I think the above provides you the necessary understanding to iterate trough the cells of a row or a column. I let you put this all together in your application.

A few hints: - do some parameter value checking. This will avoid getting out of bound errors on these matrices. - a good way to introduce abstraction in your program would be to introduce a function which returns the value of a single cell of a matrix, from the matrix dimension and two row and column index. For example:

// returns the matrix's cell value at RowIdx and colIdx
double GetCell(double matrix[], int nbOfRow, int nbOfColumns,
               int rowIdx, int colIdx)
{
   if (rowIdx < 0 || rowIdx >= nbOfRows ||
       colIdx <0 || colIdx >= nbOfColumns
      )
   {
      printf("bad arguments in GetCell()\n");
      return 0;   // print
    }
    return matrix[rowIdx * nbOfColumns + colIdx];
}

In this fashion you would abstract (=hide the details about) these ugly matrices stored linearly, and be able to address them in terms of row and column index at the level of the dot product formula.
In other words, the GetCell() function worries of finding the right cell, based on its knowledge of the structure of the matrix implementation. It doesn't have to know what this cell value is going to be used for. The DotProduct calculation logic worries about which series of cells of A to multiply with which series of cell of B, addressing each of these cells "naturally" in term of their row/column (i/j etc.) "coordonates" and it doesn't need to know how the data is effectively stored in the matrix implementation.

Answer 2

"row" is the row in the matrix a, which is done as a single-index array here. If you think of a as a matrix with a_cols columns and a_rows rows, then the element of a at row r and column c is a[r*a_cols+c]. Here k is the column index in matrix a and the row index in matrix b.

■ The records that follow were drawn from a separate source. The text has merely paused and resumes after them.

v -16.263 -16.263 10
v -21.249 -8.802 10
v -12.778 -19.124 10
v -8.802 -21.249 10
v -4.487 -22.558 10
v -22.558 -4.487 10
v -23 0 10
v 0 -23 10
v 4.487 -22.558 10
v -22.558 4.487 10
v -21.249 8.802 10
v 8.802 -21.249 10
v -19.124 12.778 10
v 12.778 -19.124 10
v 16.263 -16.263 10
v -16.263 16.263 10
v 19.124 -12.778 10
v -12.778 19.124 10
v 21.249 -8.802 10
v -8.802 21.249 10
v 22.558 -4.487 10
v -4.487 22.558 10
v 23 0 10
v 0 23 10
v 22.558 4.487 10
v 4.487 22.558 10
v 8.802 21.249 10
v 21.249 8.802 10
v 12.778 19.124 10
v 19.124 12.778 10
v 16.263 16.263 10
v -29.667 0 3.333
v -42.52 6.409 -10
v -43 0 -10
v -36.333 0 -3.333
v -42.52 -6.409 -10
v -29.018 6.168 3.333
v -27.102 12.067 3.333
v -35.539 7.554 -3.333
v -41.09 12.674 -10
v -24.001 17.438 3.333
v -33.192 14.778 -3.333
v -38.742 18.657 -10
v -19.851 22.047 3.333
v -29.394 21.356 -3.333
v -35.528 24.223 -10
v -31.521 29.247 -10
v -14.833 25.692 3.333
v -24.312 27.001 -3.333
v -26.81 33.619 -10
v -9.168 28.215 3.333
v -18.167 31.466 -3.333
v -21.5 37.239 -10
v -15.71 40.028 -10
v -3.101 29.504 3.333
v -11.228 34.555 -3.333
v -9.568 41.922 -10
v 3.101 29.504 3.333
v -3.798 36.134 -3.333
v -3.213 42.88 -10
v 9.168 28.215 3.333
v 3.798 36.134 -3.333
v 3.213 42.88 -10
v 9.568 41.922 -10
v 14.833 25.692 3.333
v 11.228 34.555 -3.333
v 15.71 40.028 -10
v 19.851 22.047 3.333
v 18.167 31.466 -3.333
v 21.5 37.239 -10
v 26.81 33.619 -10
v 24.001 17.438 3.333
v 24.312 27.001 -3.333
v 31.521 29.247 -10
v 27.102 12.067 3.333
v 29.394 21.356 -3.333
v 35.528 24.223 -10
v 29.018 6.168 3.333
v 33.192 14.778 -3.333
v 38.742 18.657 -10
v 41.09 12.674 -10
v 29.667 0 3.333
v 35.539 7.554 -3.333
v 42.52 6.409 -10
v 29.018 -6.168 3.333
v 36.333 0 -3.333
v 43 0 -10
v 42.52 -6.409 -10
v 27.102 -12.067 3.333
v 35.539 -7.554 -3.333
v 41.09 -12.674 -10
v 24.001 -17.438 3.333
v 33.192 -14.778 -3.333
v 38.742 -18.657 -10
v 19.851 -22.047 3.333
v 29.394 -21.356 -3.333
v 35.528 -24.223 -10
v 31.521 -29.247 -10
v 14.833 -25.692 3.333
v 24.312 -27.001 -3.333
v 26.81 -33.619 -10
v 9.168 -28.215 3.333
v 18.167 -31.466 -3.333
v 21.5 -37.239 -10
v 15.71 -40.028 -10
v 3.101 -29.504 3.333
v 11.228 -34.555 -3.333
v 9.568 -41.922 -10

There is a comment right underneath the sum = sum line which explains this already.

Answer 3

One tricky part not so far explained by others is that if you have a vector (linear array) of, say, 24 elements, you can treat it as a two dimensional array - in fact, as a number of different two dimensional arrays.

As a 2 x 12 array:

 0,  1,  2,  3,  4,  5,  6,  7,  8,  9, 10, 11,
12, 13, 14, 15, 16, 17, 18, 19, 20, 21, 22, 23,

As a 3 x 8 array:

 0,  1,  2,  3,  4,  5,  6,  7,
 8,  9, 10, 11, 12, 13, 14, 15,
16, 17, 18, 19, 20, 21, 22, 23,

As a 4 x 6 array:

 0,  1,  2,  3,  4,  5,
 6,  7,  8,  9, 10, 11,
12, 13, 14, 15, 16, 17,
18, 19, 20, 21, 22, 23,

As a 6 x 4 array:

 0,  1,  2,  3,
 4,  5,  6,  7,
 8,  9, 10, 11,
12, 13, 14, 15,
16, 17, 18, 19,
20, 21, 22, 23,

As an 8 x 3 array:

 0,  1,  2,
 3,  4,  5,
 6,  7,  8,
 9, 10, 11,
12, 13, 14,
15, 16, 17,
18, 19, 20,
21, 22, 23,

Or as a 12 x 2 array:

 0,  1,
 2,  3,
 4,  5,
 6,  7,
 8,  9,
10, 11,
12, 13,
14, 15,
16, 17,
18, 19,
20, 21,
22, 23,

The indexing expression a[row * a_cols + col] means you can identify the item in the vector corresponding to the 'row, col' value by multiplying the row number by the number of columns in the matrix (indexing rows from 0), and then adding the column number (also indexed from 0). Other languages, such as Fortran, index from 1 instead of zero, so you see faintly similar computations using 'row-1, col-1'.

The conditions that the matrix A has a_cols columns and a_rows rows and matrix B has a_cols rows and b_cols columns means that you can multiply the matrices A x B, of course.